Go to the store and buy some plastic 2 ounce cups. The shape will be odd and if you end not liking it, you can always make confetti out of them.


----------



## CaraBou (Sep 12, 2015)

gigisiguenza said:


> I'm fascinated by the fact that it turned green. Wonder what the heck made it do that?



It is pH sensitive.  The best purple I got from alkanet was in batch I botched that I ended up having to hot process.  The batter was blah forest green until it was nearly done cooking; then it turned (and stayed) purple. I used about 1/4 tsp ppo, added to my fragrance.   Here's the thread:

http://www.soapmakingforum.com/showthread.php?t=40965


----------



## Consuela (Sep 12, 2015)

I have ZERO luck with Indigo Root Powder... so I stopped trying... 

But Alkanet has always been good to me. I sometimes get a deep purple, or light blue look - which I really do like. It is a little speckly - even if I SB it into a small portion of the batter first...


----------



## HappyHomeSoapCo (Sep 13, 2015)

When i used alkanet c/s infused oil, my soap batter turned green too! But once cured it was a beautiful lavender! A very scary moment for me. I even posted here about it.


----------



## gigisiguenza (Sep 13, 2015)

Obsidian said:


> Go to the store and buy some plastic 2 ounce cups. The shape will be odd and if you end not liking it, you can always make confetti out of them.



Obsidian - I actually have little 3oz plastic cups, as well as 12oz. It didn't occur to me to use them as I've been so careful to only use #5 or #2 plastic or silicone for any soap to date. I've been using them for mixing colors etc, but it never occurred to me to use them for this. 

Major DUH moment LOL


----------



## gigisiguenza (Sep 13, 2015)

CaraBou said:


> It is pH sensitive.  The best purple I got from alkanet was in batch I botched that I ended up having to hot process.  The batter was blah forest green until it was nearly done cooking; then it turned (and stayed) purple.
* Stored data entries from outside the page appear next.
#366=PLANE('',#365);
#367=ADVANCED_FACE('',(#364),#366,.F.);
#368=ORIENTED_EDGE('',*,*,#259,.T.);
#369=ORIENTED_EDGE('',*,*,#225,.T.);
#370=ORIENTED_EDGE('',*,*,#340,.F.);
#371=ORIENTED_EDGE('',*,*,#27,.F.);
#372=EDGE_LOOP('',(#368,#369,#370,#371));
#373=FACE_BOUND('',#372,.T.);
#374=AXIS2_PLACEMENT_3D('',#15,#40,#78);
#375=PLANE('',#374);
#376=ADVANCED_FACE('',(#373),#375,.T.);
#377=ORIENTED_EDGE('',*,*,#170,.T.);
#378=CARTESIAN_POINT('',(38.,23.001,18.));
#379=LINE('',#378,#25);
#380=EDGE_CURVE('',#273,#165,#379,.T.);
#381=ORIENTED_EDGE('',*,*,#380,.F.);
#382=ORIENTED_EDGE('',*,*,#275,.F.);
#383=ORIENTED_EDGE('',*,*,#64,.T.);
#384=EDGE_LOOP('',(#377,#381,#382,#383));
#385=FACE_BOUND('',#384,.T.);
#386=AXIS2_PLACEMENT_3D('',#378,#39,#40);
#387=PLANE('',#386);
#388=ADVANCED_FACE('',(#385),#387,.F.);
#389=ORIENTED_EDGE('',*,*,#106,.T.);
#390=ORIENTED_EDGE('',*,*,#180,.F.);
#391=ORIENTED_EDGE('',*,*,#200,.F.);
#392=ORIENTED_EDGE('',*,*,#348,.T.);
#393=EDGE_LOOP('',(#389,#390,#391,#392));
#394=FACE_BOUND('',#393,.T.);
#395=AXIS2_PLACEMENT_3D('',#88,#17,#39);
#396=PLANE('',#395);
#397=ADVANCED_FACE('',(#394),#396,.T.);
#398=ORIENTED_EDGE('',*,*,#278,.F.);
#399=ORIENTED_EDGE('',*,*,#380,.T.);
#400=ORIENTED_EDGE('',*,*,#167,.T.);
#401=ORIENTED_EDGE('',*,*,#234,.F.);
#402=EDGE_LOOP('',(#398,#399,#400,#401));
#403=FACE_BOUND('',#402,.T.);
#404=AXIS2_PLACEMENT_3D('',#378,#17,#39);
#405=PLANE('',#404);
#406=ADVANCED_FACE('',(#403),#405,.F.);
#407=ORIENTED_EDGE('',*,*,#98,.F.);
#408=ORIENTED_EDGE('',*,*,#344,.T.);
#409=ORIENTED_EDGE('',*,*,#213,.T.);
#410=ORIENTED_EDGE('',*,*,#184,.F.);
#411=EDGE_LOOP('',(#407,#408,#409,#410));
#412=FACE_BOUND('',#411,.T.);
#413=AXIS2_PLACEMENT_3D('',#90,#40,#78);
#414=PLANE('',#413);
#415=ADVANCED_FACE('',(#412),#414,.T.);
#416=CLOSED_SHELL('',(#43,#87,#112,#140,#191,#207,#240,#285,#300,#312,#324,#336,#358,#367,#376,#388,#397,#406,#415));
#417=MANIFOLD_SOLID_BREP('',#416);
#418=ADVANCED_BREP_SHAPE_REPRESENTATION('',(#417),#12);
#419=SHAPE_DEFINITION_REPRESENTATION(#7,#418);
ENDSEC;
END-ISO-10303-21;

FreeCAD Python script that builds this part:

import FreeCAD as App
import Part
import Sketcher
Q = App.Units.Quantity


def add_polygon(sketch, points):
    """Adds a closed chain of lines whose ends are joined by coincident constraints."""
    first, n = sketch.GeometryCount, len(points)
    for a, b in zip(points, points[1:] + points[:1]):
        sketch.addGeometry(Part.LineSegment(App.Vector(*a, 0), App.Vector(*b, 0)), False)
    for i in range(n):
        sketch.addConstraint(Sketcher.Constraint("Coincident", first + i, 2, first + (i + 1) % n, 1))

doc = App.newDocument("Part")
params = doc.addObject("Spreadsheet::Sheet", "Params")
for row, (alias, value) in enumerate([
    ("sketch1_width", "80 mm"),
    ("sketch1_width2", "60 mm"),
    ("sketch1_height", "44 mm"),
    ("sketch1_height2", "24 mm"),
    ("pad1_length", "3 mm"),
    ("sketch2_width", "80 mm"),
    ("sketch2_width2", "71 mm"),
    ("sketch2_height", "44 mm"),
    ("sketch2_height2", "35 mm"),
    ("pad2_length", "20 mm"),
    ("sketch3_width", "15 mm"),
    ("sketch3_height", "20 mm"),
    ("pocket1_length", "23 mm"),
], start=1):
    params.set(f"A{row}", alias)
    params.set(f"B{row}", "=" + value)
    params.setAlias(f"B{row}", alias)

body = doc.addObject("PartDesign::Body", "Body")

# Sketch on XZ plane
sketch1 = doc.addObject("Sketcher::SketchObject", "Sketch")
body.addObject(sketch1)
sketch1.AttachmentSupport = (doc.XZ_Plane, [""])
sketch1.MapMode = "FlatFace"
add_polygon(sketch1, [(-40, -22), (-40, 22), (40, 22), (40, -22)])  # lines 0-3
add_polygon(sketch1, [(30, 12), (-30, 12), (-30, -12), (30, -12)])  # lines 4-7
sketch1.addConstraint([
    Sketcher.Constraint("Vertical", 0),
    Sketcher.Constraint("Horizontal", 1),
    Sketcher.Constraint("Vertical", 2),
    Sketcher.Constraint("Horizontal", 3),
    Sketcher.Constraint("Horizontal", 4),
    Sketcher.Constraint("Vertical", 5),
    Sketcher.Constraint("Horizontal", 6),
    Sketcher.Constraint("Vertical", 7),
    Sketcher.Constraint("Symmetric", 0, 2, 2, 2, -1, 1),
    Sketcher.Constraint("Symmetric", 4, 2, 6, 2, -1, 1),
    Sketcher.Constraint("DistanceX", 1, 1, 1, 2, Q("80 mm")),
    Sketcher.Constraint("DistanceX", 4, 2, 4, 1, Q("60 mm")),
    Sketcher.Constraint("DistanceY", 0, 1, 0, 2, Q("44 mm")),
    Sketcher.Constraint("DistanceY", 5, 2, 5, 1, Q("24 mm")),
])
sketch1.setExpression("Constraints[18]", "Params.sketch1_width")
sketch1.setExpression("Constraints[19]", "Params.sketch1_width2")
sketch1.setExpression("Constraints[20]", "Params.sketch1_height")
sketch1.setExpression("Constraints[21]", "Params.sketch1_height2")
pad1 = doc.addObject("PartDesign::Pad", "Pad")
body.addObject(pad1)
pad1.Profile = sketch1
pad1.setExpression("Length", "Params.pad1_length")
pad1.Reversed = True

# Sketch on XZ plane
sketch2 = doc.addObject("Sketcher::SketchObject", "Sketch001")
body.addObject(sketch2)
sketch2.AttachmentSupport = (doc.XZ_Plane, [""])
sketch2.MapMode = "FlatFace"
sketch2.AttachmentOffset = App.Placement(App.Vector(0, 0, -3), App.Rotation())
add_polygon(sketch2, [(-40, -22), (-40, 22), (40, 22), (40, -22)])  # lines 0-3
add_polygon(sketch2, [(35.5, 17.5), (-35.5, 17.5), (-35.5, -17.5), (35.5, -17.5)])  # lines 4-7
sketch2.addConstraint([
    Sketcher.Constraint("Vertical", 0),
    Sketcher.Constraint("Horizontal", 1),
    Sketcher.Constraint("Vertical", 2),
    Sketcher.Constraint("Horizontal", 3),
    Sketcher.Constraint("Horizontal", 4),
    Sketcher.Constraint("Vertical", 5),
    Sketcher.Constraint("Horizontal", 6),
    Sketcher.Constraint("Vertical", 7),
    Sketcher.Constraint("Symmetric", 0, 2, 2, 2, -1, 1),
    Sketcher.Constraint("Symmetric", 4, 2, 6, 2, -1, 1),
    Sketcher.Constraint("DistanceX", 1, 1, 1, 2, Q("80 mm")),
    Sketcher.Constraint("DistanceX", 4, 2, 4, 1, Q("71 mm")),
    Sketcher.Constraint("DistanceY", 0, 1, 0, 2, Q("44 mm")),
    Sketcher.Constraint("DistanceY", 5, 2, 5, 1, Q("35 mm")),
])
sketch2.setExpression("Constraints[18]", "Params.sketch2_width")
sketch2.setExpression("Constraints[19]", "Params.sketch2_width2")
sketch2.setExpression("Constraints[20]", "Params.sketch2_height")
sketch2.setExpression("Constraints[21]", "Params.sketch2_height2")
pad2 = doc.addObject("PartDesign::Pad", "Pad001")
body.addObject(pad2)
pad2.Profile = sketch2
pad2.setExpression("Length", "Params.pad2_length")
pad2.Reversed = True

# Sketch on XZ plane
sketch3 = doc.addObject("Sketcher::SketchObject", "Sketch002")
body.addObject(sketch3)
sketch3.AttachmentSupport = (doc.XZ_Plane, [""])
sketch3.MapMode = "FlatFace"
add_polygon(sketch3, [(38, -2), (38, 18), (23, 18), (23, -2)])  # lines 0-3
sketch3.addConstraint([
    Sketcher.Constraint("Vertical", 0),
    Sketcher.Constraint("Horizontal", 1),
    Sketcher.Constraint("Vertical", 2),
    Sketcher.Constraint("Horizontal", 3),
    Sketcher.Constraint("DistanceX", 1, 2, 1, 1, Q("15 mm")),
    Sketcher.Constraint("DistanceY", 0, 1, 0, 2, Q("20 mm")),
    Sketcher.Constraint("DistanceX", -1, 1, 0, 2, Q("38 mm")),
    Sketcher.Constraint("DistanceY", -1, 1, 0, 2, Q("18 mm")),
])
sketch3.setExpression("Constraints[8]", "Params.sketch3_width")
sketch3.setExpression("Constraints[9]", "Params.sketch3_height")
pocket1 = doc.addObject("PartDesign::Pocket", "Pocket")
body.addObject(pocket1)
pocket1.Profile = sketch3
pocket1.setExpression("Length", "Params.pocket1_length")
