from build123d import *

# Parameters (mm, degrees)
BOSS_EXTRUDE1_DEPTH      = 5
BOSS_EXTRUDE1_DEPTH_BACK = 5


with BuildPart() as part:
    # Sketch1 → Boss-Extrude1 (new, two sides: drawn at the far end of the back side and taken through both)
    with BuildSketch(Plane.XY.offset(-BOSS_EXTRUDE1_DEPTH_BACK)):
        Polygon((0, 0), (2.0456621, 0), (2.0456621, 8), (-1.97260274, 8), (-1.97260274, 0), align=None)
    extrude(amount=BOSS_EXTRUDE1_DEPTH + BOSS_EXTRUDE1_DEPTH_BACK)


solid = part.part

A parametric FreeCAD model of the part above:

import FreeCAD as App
import Part
import Sketcher

doc = App.newDocument("Part")
body = doc.addObject("PartDesign::Body", "Body")

# Sketch on XY plane
sketch1 = body.newObject("Sketcher::SketchObject", "Sketch")
sketch1.AttachmentSupport = (doc.getObject("XY_Plane"), [""])
sketch1.MapMode = "FlatFace"
sketch1.addGeometry(Part.LineSegment(App.Vector(2, 0, 0), App.Vector(2, 8, 0)), False)
sketch1.addGeometry(Part.LineSegment(App.Vector(2, 8, 0), App.Vector(-2, 8, 0)), False)
sketch1.addGeometry(Part.LineSegment(App.Vector(-2, 8, 0), App.Vector(-2, 0, 0)), False)
sketch1.addGeometry(Part.LineSegment(App.Vector(-2, 0, 0), App.Vector(2, 0, 0)), False)
sketch1.addConstraint(Sketcher.Constraint("Coincident", 0, 2, 1, 1))
sketch1.addConstraint(Sketcher.Constraint("Coincident", 1, 2, 2, 1))
sketch1.addConstraint(Sketcher.Constraint("Coincident", 2, 2, 3, 1))
sketch1.addConstraint(Sketcher.Constraint("Coincident", 3, 2, 0, 1))
sketch1.addConstraint(Sketcher.Constraint("Vertical", 0))
sketch1.addConstraint(Sketcher.Constraint("Horizontal", 1))
sketch1.addConstraint(Sketcher.Constraint("Vertical", 2))
sketch1.addConstraint(Sketcher.Constraint("Horizontal", 3))
sketch1.addConstraint(Sketcher.Constraint("PointOnObject", 2, 2, -1))
sketch1.addConstraint(Sketcher.Constraint("DistanceY", 0, 1, 0, 2, 8.0))
sketch1.addConstraint(Sketcher.Constraint("DistanceX", 1, 2, 1, 1, 4.018265))
sketch1.addConstraint(Sketcher.Constraint("DistanceX", -1, 1, 0, 2, 2.045662))
pad1 = body.newObject("PartDesign::Pad", "Pad")
pad1.Profile = sketch1
pad1.Type = "TwoLengths"
pad1.Length = 5
pad1.Length2 = 5

doc.recompute()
I used about 1/4 tsp ppo, added to my fragrance.   Here's the thread:
> 
> http://www.soapmakingforum.com/showthread.php?t=40965



CaraBou - hmmm gelling might make a difference.... but I don't like gelled soap, it looks waxy to me, not creamy. Hmmmm. TY for the tip, I'm considering all the options available


----------



## gigisiguenza (Sep 13, 2015)

Consuela said:


> I have ZERO luck with Indigo Root Powder... so I stopped trying...
> 
> But Alkanet has always been good to me. I sometimes get a deep purple, or light blue look - which I really do like. It is a little speckly - even if I SB it into a small portion of the batter first...
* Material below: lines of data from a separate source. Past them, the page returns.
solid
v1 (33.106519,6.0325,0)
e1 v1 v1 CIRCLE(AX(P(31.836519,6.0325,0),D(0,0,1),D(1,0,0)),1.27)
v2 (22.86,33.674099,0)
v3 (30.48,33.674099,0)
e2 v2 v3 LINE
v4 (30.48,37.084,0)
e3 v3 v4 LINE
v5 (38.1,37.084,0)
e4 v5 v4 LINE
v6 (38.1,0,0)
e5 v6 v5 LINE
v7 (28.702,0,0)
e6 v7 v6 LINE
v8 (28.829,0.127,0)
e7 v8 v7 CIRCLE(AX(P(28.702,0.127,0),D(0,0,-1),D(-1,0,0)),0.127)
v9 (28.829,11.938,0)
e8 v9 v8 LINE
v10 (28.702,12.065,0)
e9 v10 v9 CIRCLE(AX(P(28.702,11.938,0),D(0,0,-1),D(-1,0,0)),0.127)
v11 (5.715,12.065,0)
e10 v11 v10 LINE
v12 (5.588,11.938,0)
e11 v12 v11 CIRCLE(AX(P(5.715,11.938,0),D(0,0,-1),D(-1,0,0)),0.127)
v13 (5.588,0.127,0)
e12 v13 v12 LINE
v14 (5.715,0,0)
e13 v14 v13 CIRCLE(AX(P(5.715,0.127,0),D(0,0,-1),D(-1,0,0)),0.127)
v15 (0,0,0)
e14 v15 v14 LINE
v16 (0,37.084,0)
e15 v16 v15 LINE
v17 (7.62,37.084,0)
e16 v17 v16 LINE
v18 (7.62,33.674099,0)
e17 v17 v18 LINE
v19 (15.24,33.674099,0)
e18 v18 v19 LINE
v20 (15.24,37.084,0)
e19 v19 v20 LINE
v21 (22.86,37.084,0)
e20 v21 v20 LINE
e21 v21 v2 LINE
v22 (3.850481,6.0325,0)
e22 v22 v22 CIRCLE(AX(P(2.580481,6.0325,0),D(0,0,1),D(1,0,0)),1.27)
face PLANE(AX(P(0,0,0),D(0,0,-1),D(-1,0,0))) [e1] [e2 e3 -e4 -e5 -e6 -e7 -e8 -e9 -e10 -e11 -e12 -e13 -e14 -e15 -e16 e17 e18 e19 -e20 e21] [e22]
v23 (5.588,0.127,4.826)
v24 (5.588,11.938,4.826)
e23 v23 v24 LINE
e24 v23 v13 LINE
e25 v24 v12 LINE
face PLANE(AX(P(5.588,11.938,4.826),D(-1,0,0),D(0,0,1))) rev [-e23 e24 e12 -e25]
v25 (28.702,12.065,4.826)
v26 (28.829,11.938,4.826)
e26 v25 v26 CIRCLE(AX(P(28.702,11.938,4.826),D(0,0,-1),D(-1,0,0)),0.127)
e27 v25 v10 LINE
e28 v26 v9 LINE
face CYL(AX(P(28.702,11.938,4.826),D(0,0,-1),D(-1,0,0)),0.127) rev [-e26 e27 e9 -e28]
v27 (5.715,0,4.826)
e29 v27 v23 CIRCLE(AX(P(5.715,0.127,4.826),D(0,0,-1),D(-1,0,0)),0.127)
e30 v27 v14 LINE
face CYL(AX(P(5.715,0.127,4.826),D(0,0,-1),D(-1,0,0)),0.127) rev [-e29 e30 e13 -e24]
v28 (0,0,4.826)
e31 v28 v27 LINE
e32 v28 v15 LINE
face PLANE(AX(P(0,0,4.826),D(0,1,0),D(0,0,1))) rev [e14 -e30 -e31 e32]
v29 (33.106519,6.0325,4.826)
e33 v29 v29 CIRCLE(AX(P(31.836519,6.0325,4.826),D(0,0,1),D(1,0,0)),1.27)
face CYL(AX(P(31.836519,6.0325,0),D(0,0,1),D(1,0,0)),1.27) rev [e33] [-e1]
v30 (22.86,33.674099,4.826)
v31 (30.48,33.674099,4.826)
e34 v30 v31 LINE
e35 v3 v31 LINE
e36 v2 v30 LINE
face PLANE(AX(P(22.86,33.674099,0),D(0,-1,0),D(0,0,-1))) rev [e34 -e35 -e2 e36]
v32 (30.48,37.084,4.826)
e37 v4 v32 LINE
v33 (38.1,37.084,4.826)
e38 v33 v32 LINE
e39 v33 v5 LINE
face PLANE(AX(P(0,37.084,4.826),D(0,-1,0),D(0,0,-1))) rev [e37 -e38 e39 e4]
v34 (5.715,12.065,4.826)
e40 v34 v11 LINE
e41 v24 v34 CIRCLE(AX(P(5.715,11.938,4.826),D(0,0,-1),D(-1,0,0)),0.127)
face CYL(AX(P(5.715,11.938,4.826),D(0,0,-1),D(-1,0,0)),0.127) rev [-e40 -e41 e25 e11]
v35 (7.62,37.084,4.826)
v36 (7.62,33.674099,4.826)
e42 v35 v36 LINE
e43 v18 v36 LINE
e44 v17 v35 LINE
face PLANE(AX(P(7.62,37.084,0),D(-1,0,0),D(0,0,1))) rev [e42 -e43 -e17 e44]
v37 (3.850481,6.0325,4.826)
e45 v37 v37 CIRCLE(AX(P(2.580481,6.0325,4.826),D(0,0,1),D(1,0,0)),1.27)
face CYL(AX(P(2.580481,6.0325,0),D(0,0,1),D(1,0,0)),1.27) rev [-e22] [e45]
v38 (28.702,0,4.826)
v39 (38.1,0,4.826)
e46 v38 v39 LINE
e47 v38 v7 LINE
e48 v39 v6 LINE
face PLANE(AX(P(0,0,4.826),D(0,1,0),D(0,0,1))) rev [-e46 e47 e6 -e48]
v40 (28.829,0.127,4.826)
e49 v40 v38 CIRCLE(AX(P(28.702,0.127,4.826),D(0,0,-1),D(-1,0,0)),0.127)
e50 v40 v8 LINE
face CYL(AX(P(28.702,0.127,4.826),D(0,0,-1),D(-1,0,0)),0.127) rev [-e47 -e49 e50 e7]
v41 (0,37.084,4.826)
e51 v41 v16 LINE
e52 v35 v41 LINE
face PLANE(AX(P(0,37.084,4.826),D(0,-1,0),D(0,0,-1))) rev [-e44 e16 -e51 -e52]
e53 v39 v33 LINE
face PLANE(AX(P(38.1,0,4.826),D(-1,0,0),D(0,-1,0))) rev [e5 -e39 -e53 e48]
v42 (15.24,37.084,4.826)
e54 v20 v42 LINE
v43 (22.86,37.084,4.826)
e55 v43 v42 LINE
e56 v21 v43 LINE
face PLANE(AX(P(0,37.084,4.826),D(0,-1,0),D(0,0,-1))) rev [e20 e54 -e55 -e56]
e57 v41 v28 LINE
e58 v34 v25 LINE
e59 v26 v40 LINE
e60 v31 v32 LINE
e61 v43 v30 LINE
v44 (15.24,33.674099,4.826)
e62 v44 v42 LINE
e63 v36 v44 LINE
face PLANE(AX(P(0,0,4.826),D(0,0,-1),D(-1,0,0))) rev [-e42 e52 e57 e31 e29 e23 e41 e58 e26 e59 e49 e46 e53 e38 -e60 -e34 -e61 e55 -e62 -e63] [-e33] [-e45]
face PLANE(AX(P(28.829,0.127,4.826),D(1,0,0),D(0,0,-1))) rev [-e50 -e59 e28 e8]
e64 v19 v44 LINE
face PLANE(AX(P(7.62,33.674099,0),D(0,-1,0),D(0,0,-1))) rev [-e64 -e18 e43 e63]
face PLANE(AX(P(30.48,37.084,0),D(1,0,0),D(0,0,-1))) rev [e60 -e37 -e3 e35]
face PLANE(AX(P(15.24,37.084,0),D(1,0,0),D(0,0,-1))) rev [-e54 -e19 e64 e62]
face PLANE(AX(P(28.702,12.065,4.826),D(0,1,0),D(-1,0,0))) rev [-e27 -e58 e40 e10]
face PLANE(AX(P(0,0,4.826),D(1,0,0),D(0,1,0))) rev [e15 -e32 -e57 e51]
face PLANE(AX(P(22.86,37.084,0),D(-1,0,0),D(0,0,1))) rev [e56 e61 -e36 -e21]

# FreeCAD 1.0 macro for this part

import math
import FreeCAD as App
import Part
import Sketcher
from FreeCAD import Vector
Q = App.Units.Quantity


def add_polygon(sketch, points):
    """Adds a closed chain of lines whose ends are joined by coincident constraints."""
    first, n = sketch.GeometryCount, len(points)
    for a, b in zip(points, points[1:] + points[:1]):
        sketch.addGeometry(Part.LineSegment(App.Vector(*a, 0), App.Vector(*b, 0)), False)
    for i in range(n):
        sketch.addConstraint(Sketcher.Constraint("Coincident", first + i, 2, first + (i + 1) % n, 1))

doc = App.newDocument("Part")
body = doc.addObject("PartDesign::Body", "Body")

sketch1 = body.newObject("Sketcher::SketchObject", "Sketch")
sketch1.AttachmentSupport = (doc.getObject("XY_Plane"), [""])
sketch1.MapMode = "FlatFace"
add_polygon(sketch1, [(0, 37.084), (0, 0), (38.1, 0), (38.1, 37.084)])
sketch1.addConstraint(Sketcher.Constraint("Vertical", 0))
sketch1.addConstraint(Sketcher.Constraint("Horizontal", 1))
sketch1.addConstraint(Sketcher.Constraint("Vertical", 2))
sketch1.addConstraint(Sketcher.Constraint("Horizontal", 3))
sketch1.addConstraint(Sketcher.Constraint("Coincident", 0, 2, -1, 1))
sketch1.addConstraint(Sketcher.Constraint("DistanceX", 1, 1, 1, 2, Q("1.5 in")))
sketch1.addConstraint(Sketcher.Constraint("DistanceY", 0, 2, 0, 1, Q("1.46 in")))
pad1 = body.newObject("PartDesign::Pad", "Pad")
pad1.Profile = sketch1
pad1.Length = Q("0.19 in")

sketch2 = body.newObject("Sketcher::SketchObject", "Sketch001")
sketch2.AttachmentSupport = (doc.getObject("XY_Plane"), [""])
sketch2.MapMode = "FlatFace"
sketch2.AttachmentOffset = App.Placement(Vector(0, 0, 0.19 * 25.4), App.Rotation())
sketch2.addGeometry(Part.Circle(Vector(2.580481, 6.0325, 0), Vector(0, 0, 1), 1.27), False)
sketch2.addGeometry(Part.Circle(Vector(31.836519, 6.0325, 0), Vector(0, 0, 1), 1.27), False)
sketch2.addConstraint(Sketcher.Constraint("Equal", 0, 1))
sketch2.addConstraint(Sketcher.Constraint("Horizontal", 0, 3, 1, 3))
sketch2.addConstraint(Sketcher.Constraint("Diameter", 0, Q("0.1 in")))
sketch2.addConstraint(Sketcher.Constraint("DistanceY", -1, 1, 0, 3, Q("0.2375 in")))
sketch2.addConstraint(Sketcher.Constraint("DistanceX", -1, 1, 0, 3, Q("2.580481 mm")))
sketch2.addConstraint(Sketcher.Constraint("DistanceX", -1, 1, 1, 3, Q("31.836519 mm")))
pocket1 = body.newObject("PartDesign::Pocket", "Pocket")
pocket1.Profile = sketch2
pocket1.Type = "ThroughAll"

sketch3 = body.newObject("Sketcher::SketchObject", "Sketch002")
sketch3.AttachmentSupport = (doc.getObject("XY_Plane"), [""])
sketch3.MapMode = "FlatFace"
sketch3.addGeometry(Part.LineSegment(Vector(5.715, 12.065, 0), Vector(28.702, 12.065, 0)), False)
sketch3.addGeometry(Part.ArcOfCircle(Part.Circle(Vector(28.702, 11.938, 0), Vector(0, 0, 1), 0.127), math.radians(0), math.radians(90)), False)
sketch3.addGeometry(Part.LineSegment(Vector(28.829, 11.938, 0), Vector(28.829, 0.127, 0)), False)
sketch3.addGeometry(Part.ArcOfCircle(Part.Circle(Vector(28.702, 0.127, 0), Vector(0, 0, 1), 0.127), math.radians(-90), math.radians(0)), False)
sketch3.addGeometry(Part.LineSegment(Vector(28.702, 0, 0), Vector(5.715, 0, 0)), False)
sketch3.addGeometry(Part.ArcOfCircle(Part.Circle(Vector(5.715, 0.127, 0), Vector(0, 0, 1), 0.127), math.radians(-180), math.radians(-90)), False)
sketch3.addGeometry(Part.LineSegment(Vector(5.588, 0.127, 0), Vector(5.588, 11.938, 0)), False)
sketch3.addGeometry(Part.ArcOfCircle(Part.Circle(Vector(5.715, 11.938, 0), Vector(0, 0, 1), 0.127), math.radians(90), math.radians(180)), False)
sketch3.addConstraint(Sketcher.Constraint("Tangent", 0, 2, 1, 2))
sketch3.addConstraint(Sketcher.Constraint("Tangent", 1, 1, 2, 1))
sketch3.addConstraint(Sketcher.Constraint("Tangent", 2, 2, 3, 2))
sketch3.addConstraint(Sketcher.Constraint("Tangent", 3, 1, 4, 1))
sketch3.addConstraint(Sketcher.Constraint("Tangent", 4, 2, 5, 2))
sketch3.addConstraint(Sketcher.Constraint("Tangent", 5, 1, 6, 1))
sketch3.addConstraint(Sketcher.Constraint("Tangent", 6, 2, 7, 2))
sketch3.addConstraint(Sketcher.Constraint("Tangent", 7, 1, 0, 1))
sketch3.addConstraint(Sketcher.Constraint("Horizontal", 0))
sketch3.addConstraint(Sketcher.Constraint("Vertical", 2))
sketch3.addConstraint(Sketcher.Constraint("Horizontal", 4))
sketch3.addConstraint(Sketcher.Constraint("Vertical", 6))
sketch3.addConstraint(Sketcher.Constraint("Equal", 1, 3))
sketch3.addConstraint(Sketcher.Constraint("Equal", 3, 5))
sketch3.addConstraint(Sketcher.Constraint("Equal", 5, 7))
sketch3.addConstraint(Sketcher.Constraint("PointOnObject", 3, 1, -1))
sketch3.addConstraint(Sketcher.Constraint("Radius", 1, Q("0.005 in")))
sketch3.addConstraint(Sketcher.Constraint("DistanceX", 0, 1, 0, 2, Q("0.905 in")))
sketch3.addConstraint(Sketcher.Constraint("DistanceY", 2, 2, 2, 1, Q("0.465 in")))
sketch3.addConstraint(Sketcher.Constraint("DistanceX", -1, 1, 1, 3, Q("1.13 in")))
pocket2 = body.newObject("PartDesign::Pocket", "Pocket001")
pocket2.Profile = sketch3
pocket2.Type = "ThroughAll"
pocket2.Reversed = True

sketch4 = body.newObject("Sketcher::SketchObject", "Sketch003")
sketch4.AttachmentSupport = (doc.getObject("XY_Plane"), [""])
sketch4.MapMode = "FlatFace"
sketch4.AttachmentOffset = App.Placement(Vector(0, 0, 0.19 * 25.4), App.Rotation())
add_polygon(sketch4, [(7.62, 37.084), (7.62, 33.674099), (15.24, 33.674099), (15.24, 37.084)])
add_polygon(sketch4, [(22.86, 37.084), (22.86, 33.674099), (30.48, 33.674099), (30.48, 37.084)])
sketch4.addConstraint(Sketcher.Constraint("Vertical", 0))
sketch4.addConstraint(Sketcher.Constraint("Horizontal", 1))
sketch4.addConstraint(Sketcher.Constraint("Vertical", 2))
sketch4.addConstraint(Sketcher.Constraint("Horizontal", 3))
sketch4.addConstraint(Sketcher.Constraint("Vertical", 4))
sketch4.addConstraint(Sketcher.Constraint("Horizontal", 5))
sketch4.addConstraint(Sketcher.Constraint("Vertical", 6))
sketch4.addConstraint(Sketcher.Constraint("Horizontal", 7))
sketch4.addConstraint(Sketcher.Constraint("Horizontal", 1, 2, 4, 2))
sketch4.addConstraint(Sketcher.Constraint("Horizontal", 3, 2, 6, 2))
sketch4.addConstraint(Sketcher.Constraint("Equal", 3, 5))
sketch4.addConstraint(Sketcher.Constraint("DistanceX", 1, 1, 1, 2, Q("0.3 in")))
sketch4.addConstraint(Sketcher.Constraint("DistanceX", -1, 1, 0, 2, Q("0.3 in")))
sketch4.addConstraint(Sketcher.Constraint("DistanceX", -1, 1, 4, 2, Q("0.9 in")))
sketch4.addConstraint(Sketcher.Constraint("DistanceY", -1, 1, 2, 2, Q("1.46 in")))
sketch4.addConstraint(Sketcher.Constraint("DistanceY", 0, 2, 0, 1, Q("3.409901 mm")))
pocket3 = body.newObject("PartDesign::Pocket", "Pocket002")
pocket3.Profile = sketch4
pocket3.Type = "ThroughAll"

doc.recompute()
Consuela - the indigo is giving trouble for sure. I'm still learning the quirks of using it. I'm going to order woad soon and see if that's and easier route to getting blue.


----------



## soapysarah (Sep 13, 2015)

I used some infused alkanet and it turned green when saponified - I added it at start of saponification.  I was very disappointed at the time but by next day the soap was a gentle lavender/grey colour.  I didn't use much infused oil.


----------



## gigisiguenza (Sep 13, 2015)

soapysarah said:


> I used some infused alkanet and it turned green when saponified - I added it at start of saponification.  I was very disappointed at the time but by next day the soap was a gentle lavender/grey colour.  I didn't use much infused oil.



soapysarah - I haven't tried infusing yet, so that's good to know. I'll add it to the list, TY


----------



## Obsidian (Sep 13, 2015)

Here are my past experiments with alkanet

http://www.soapmakingforum.com/showthread.php?t=50844

http://www.soapmakingforum.com/showthread.php?t=50865


----------



## cheshiresoapco (Sep 14, 2015)

I have used alkanet root powder from botanic soap.com before and got a really pretty dark purple. I did notice that it was kind of rough tho. It almost turned it into an exfoliating bar as you can feel the grains in the powder. 
It worked for me adding in very small amounts at a time that had been mixed with oil. 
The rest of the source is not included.